Интересы Гёте не были ограничены. В письме к лейпцигскому книготорговцу Рейху от 22 февраля 1770 года он упоминает учение Адама Эзера о том, что простота и спокойствие составляют идеал прекрасного, и сразу же добавляет: «После него и Шекспира единственный, кого я могу признать своим истинным учителем, — это Виланд…» Несколько позднее, 11 мая 1770 года, сообщив в письме к Эрнсту Теодору Лангеру, что его интерес к герметизму нисколько не ослабел, он патетически восклицает: «О, это длинный ряд от скрижалей Гермеса до «Музарион» Виланда». Дистанция действительно большая, от «Tabula smaragdiana», приписываемой Гермесу Трисмегисту, до стихотворной повести «Музарион, или Философия граций», вызвавшей восторг у лейпцигского студента в 1768 году, когда Эзер показал ему наборные листы. Восхитительной гречанке Музарион удается в конце концов излечить своего друга Фания от безумия аскетического образа жизни и привести к спокойным земным радостям. Разум и чувственность соединяются в жизнеутверждающем согласии, а высокомерие внешне весьма достойных философских убеждений обнаруживает свою действительную суть: враждебную жизни и человеку односторонность, «мишурный блеск ложной добродетели и громких слов».
В октябре 1769 года Гёте посетил Античный зал в Мангейме, пользовавшийся тогда известностью: больше нигде в Германии нельзя было увидеть такое множество гипсовых слепков с античных скульптур.
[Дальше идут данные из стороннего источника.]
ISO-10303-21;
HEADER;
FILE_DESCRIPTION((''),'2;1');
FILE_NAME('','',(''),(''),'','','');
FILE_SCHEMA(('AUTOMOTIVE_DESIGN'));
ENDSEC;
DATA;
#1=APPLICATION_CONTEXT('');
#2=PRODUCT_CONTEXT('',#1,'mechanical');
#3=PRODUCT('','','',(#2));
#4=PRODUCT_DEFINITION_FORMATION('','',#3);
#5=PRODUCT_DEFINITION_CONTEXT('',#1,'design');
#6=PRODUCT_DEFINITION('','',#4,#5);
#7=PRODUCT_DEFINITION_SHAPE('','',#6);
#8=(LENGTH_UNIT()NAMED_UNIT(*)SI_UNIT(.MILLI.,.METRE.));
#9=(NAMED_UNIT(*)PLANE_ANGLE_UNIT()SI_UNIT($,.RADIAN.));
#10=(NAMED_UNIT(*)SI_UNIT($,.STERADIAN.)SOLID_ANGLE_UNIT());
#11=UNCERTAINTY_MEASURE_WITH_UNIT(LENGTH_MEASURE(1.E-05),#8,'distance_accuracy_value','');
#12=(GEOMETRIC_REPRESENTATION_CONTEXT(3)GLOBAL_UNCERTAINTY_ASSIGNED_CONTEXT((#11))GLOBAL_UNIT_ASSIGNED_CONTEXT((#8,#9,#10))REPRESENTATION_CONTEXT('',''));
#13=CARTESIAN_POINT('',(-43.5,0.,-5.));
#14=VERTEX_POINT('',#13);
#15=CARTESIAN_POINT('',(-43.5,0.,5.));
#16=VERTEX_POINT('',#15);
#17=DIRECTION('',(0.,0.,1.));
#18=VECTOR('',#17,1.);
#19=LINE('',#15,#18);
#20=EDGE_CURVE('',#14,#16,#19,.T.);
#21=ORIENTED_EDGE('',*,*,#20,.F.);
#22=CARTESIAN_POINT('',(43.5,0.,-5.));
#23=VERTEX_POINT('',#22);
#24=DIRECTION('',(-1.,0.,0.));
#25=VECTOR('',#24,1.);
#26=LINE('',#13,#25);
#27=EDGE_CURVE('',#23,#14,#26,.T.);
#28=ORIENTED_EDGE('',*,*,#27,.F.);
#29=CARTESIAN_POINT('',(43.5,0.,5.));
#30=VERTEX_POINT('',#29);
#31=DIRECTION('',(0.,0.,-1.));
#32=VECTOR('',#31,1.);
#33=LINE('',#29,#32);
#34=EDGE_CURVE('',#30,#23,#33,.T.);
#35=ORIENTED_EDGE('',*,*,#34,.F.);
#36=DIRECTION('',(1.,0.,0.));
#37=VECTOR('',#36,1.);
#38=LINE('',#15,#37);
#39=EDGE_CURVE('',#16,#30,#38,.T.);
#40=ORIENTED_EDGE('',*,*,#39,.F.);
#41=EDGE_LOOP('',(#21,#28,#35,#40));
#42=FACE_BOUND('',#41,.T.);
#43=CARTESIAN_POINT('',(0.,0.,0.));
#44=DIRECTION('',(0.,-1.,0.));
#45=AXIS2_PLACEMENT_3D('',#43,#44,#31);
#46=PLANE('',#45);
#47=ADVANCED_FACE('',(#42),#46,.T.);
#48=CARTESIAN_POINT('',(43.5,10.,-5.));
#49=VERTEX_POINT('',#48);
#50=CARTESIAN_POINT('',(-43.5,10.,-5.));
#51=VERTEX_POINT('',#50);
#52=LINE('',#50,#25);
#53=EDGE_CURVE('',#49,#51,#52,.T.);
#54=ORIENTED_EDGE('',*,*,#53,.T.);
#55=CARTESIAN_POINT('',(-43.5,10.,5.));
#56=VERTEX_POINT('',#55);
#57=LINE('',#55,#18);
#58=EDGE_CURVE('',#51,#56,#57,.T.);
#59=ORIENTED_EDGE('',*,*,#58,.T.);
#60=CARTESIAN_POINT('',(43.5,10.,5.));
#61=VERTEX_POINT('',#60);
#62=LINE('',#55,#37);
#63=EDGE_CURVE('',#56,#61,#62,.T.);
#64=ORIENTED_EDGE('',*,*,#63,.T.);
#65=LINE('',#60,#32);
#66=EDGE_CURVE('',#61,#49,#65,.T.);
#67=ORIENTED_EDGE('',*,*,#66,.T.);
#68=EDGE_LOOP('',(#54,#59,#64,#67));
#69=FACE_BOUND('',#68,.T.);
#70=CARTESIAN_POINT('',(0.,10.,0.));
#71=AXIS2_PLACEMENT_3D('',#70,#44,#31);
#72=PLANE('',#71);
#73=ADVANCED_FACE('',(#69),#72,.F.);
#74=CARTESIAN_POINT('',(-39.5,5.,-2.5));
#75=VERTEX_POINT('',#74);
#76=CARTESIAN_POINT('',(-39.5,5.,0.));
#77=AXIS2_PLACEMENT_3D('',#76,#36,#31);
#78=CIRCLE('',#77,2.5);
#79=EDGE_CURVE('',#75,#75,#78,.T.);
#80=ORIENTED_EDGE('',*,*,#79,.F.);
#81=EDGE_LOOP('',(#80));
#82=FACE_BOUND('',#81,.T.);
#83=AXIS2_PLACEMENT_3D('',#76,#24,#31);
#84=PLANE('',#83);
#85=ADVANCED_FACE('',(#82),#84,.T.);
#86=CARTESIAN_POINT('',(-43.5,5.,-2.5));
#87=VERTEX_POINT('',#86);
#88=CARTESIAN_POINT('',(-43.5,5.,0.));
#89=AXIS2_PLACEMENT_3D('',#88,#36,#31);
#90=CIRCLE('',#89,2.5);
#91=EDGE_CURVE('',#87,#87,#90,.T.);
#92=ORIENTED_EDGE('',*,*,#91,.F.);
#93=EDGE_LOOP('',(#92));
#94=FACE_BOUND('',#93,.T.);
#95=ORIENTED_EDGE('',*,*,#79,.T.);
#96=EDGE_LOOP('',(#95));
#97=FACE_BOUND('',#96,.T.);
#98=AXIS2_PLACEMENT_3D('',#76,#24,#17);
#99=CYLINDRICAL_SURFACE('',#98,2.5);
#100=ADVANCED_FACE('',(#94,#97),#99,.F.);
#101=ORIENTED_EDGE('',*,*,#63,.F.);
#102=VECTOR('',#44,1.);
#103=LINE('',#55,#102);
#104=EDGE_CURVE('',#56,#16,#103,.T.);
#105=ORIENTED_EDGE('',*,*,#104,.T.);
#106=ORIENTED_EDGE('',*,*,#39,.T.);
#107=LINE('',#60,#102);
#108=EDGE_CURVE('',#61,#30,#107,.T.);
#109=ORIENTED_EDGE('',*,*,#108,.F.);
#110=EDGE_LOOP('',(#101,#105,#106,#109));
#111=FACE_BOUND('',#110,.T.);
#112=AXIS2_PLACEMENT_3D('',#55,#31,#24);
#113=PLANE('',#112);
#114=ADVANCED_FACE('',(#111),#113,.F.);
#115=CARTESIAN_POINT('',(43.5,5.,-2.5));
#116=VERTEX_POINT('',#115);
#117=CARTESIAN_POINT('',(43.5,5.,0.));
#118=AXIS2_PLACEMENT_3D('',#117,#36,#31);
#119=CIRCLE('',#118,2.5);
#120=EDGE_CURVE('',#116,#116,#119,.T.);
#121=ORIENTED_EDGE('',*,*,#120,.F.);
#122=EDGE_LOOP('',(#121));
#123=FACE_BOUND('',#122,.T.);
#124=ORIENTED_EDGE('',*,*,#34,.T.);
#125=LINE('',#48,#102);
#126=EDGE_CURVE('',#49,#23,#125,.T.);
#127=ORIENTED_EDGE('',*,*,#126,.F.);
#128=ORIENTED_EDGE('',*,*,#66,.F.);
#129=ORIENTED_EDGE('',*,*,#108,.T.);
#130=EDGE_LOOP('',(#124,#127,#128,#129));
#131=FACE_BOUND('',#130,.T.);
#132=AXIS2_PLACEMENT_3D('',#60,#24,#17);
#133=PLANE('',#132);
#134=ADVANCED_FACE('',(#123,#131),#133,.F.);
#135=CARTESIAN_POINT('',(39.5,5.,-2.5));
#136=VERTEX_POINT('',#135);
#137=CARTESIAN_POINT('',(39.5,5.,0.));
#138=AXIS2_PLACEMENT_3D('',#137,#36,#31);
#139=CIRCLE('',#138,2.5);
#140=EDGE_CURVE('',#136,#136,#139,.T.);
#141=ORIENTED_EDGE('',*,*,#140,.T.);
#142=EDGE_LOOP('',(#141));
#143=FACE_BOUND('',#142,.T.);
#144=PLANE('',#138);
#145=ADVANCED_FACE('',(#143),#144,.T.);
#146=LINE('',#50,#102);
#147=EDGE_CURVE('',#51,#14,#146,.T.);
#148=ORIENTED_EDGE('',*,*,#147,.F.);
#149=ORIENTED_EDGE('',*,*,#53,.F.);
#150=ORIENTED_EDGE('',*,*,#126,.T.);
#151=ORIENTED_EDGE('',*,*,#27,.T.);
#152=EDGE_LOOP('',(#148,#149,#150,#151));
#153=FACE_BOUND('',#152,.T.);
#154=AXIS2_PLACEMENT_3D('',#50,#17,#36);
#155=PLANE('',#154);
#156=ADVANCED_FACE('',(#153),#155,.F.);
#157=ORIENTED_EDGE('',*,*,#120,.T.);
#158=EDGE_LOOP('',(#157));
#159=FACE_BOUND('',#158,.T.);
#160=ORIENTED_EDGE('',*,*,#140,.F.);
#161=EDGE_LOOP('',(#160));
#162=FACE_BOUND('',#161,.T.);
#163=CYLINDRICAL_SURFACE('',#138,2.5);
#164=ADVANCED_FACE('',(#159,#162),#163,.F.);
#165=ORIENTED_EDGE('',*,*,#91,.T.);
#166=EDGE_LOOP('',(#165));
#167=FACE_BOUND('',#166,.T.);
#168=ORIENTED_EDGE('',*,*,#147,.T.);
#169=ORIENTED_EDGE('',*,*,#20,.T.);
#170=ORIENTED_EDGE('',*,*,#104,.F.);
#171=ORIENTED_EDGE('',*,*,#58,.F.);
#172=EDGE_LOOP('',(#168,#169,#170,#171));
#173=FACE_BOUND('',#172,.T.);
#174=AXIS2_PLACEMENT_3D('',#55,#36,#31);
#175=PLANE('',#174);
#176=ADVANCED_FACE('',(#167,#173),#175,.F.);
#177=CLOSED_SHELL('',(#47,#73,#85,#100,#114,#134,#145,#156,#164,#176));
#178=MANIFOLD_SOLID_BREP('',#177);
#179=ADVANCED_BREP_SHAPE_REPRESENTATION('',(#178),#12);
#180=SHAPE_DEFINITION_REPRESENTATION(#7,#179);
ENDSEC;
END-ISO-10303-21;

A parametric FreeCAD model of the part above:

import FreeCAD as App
import Part
import Sketcher

V = App.Vector
Q = App.Units.Quantity

doc = App.newDocument("Part")
body = doc.addObject("PartDesign::Body", "Body")

# Sketch on XZ plane
sketch1 = doc.addObject("Sketcher::SketchObject", "Sketch")
body.addObject(sketch1)
sketch1.AttachmentSupport = (doc.XZ_Plane, [""])
sketch1.MapMode = "FlatFace"
sketch1.addGeometry([
    Part.LineSegment(V(-44, -5, 0), V(-44, 5, 0)),
    Part.LineSegment(V(-44, 5, 0), V(44, 5, 0)),
    Part.LineSegment(V(44, 5, 0), V(44, -5, 0)),
    Part.LineSegment(V(44, -5, 0), V(-44, -5, 0)),
], False)
sketch1.addConstraint([
    Sketcher.Constraint("Coincident", 0, 2, 1, 1),
    Sketcher.Constraint("Coincident", 1, 2, 2, 1),
    Sketcher.Constraint("Coincident", 2, 2, 3, 1),
    Sketcher.Constraint("Coincident", 3, 2, 0, 1),
    Sketcher.Constraint("Vertical", 0),
    Sketcher.Constraint("Horizontal", 1),
    Sketcher.Constraint("Vertical", 2),
    Sketcher.Constraint("Horizontal", 3),
    Sketcher.Constraint("Symmetric", 0, 2, 2, 2, -1, 1),
    Sketcher.Constraint("DistanceX", 1, 1, 1, 2, Q("87 mm")),
    Sketcher.Constraint("DistanceY", 0, 1, 0, 2, Q("10 mm")),
])
pad1 = doc.addObject("PartDesign::Pad", "Pad")
body.addObject(pad1)
pad1.Profile = sketch1
pad1.Length = 10
pad1.Reversed = True

# Sketch on YZ plane
sketch2 = doc.addObject("Sketcher::SketchObject", "Sketch001")
body.addObject(sketch2)
sketch2.AttachmentSupport = (doc.YZ_Plane, [""])
sketch2.MapMode = "FlatFace"
sketch2.AttachmentOffset = App.Placement(V(0, 0, 43.5), App.Rotation())
sketch2.addGeometry(Part.Circle(V(5, 0, 0), V(0, 0, 1), 2.5), False)
sketch2.addConstraint([
    Sketcher.Constraint("PointOnObject", 0, 3, -1),
    Sketcher.Constraint("Diameter", 0, Q("5 mm")),
    Sketcher.Constraint("DistanceX", -1, 1, 0, 3, Q("5 mm")),
])
pocket1 = doc.addObject("PartDesign::Pocket", "Pocket")
body.addObject(pocket1)
pocket1.Profile = sketch2
pocket1.Length = 4
doc.recompute()

mirrored = doc.addObject("PartDesign::Mirrored", "Mirrored")
body.addObject(mirrored)
mirrored.Originals = [pocket1]
mirrored.MirrorPlane = (doc.YZ_Plane, [""])
body.Tip = mirrored

doc.recompute()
В письме к Лангеру от 30 ноября, написанном по–французски, Гёте рассказывает о своих впечатлениях. Позднее в «Поэзии и правде» он соединил это первое посещение выставки в Мангейме со вторым — на обратном пути из
118
Страсбурга осенью 1771 года. Наибольший интерес вызвала у Гёте группа Лаокоона с сыновьями.
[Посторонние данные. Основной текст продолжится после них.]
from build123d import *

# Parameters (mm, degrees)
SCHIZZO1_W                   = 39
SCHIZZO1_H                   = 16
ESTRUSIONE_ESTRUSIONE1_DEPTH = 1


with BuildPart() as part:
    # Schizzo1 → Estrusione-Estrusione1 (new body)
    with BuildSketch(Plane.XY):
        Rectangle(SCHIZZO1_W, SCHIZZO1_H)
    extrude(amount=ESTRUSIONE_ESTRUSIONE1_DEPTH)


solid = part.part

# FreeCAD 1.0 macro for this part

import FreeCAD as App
import Part
import Sketcher


def add_polygon(sketch, points):
    """Adds a closed chain of lines whose ends are joined by coincident constraints."""
    first, n = sketch.GeometryCount, len(points)
    for a, b in zip(points, points[1:] + points[:1]):
        sketch.addGeometry(Part.LineSegment(App.Vector(*a, 0), App.Vector(*b, 0)), False)
    for i in range(n):
        sketch.addConstraint(Sketcher.Constraint("Coincident", first + i, 2, first + (i + 1) % n, 1))

doc = App.newDocument("Part")
body = doc.addObject("PartDesign::Body", "Body")

# Sketch on XY plane
sketch1 = doc.addObject("Sketcher::SketchObject", "Sketch")
body.addObject(sketch1)
sketch1.AttachmentSupport = (doc.XY_Plane, [""])
sketch1.MapMode = "FlatFace"
add_polygon(sketch1, [(-20, 8), (-20, -8), (20, -8), (20, 8)])  # lines 0-3
sketch1.addConstraint([
    Sketcher.Constraint("Vertical", 0),
    Sketcher.Constraint("Horizontal", 1),
    Sketcher.Constraint("Vertical", 2),
    Sketcher.Constraint("Horizontal", 3),
    Sketcher.Constraint("Symmetric", 0, 2, 2, 2, -1, 1),
    Sketcher.Constraint("DistanceX", 1, 1, 1, 2, 39.0),
    Sketcher.Constraint("DistanceY", 0, 2, 0, 1, 16.0),
])
pad1 = doc.addObject("PartDesign::Pad", "Pad")
body.addObject(pad1)
pad1.Profile = sketch1
pad1.Length = 1

doc.recompute()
Винкельман в работе «Мысли о подражании греческим произведениям в живописи и скульптуре» (1755) именно на этой скульптурной группе стремился показать «благородную простоту и спокойное величие» как «общий преимущественный признак выдающихся произведений греческой пластики», не сводя всего, однако, к этой формуле, ставшей расхожей. «Подобно тому как глубины моря всегда остаются спокойными, как бы ни бушевали волны на поверхности, выражение фигур у греков свидетельствует при всех страстях о великой и сдержанной душе», — звучит следующая фраза. Идеал Винкельмана, таким образом, полон внутреннего напряжения и не укладывается целиком в слова о «простоте» и «спокойном величии». Под спокойной поверхностью могут скрываться страсти, или полное страсти выражение позволяет угадать «великую и сдержанную душу». Через десятилетие после Винкельмана Лессинг попытался на примере Лаокоона определить различие между скульптурой и поэзией. Если бы изваянный в мраморе Лаокоон закричал бы, то он кричал бы вечно. В поэзии же крик, поскольку поэзия связана с течением времени, является лишь преходящим моментом, и поэтому в ней кричащий Лаокоон допустим. Гердер вступил в полемику с этой точкой зрения в своих «Критических рощах» (1769). Гёте со своей стороны писал в «Поэзии и правде»: «Пресловутый вопрос, почему он не кричит, я решил для себя следующим образом: он и не может кричать. Действия и движения всех трех фигур уяснились мне из самой концепции группы. Напряженно необычная и в то же время высокоправдивая поза центральной фигуры обусловлена двумя причинами: Лаокоон тщится сбросить с себя змей, но в то же самое мгновение его тело прянуло назад от нестерпимой боли укуса. Чтобы смягчить эту боль, он невольно втягивает низ живота, и крик становится невозможным» (3, 423).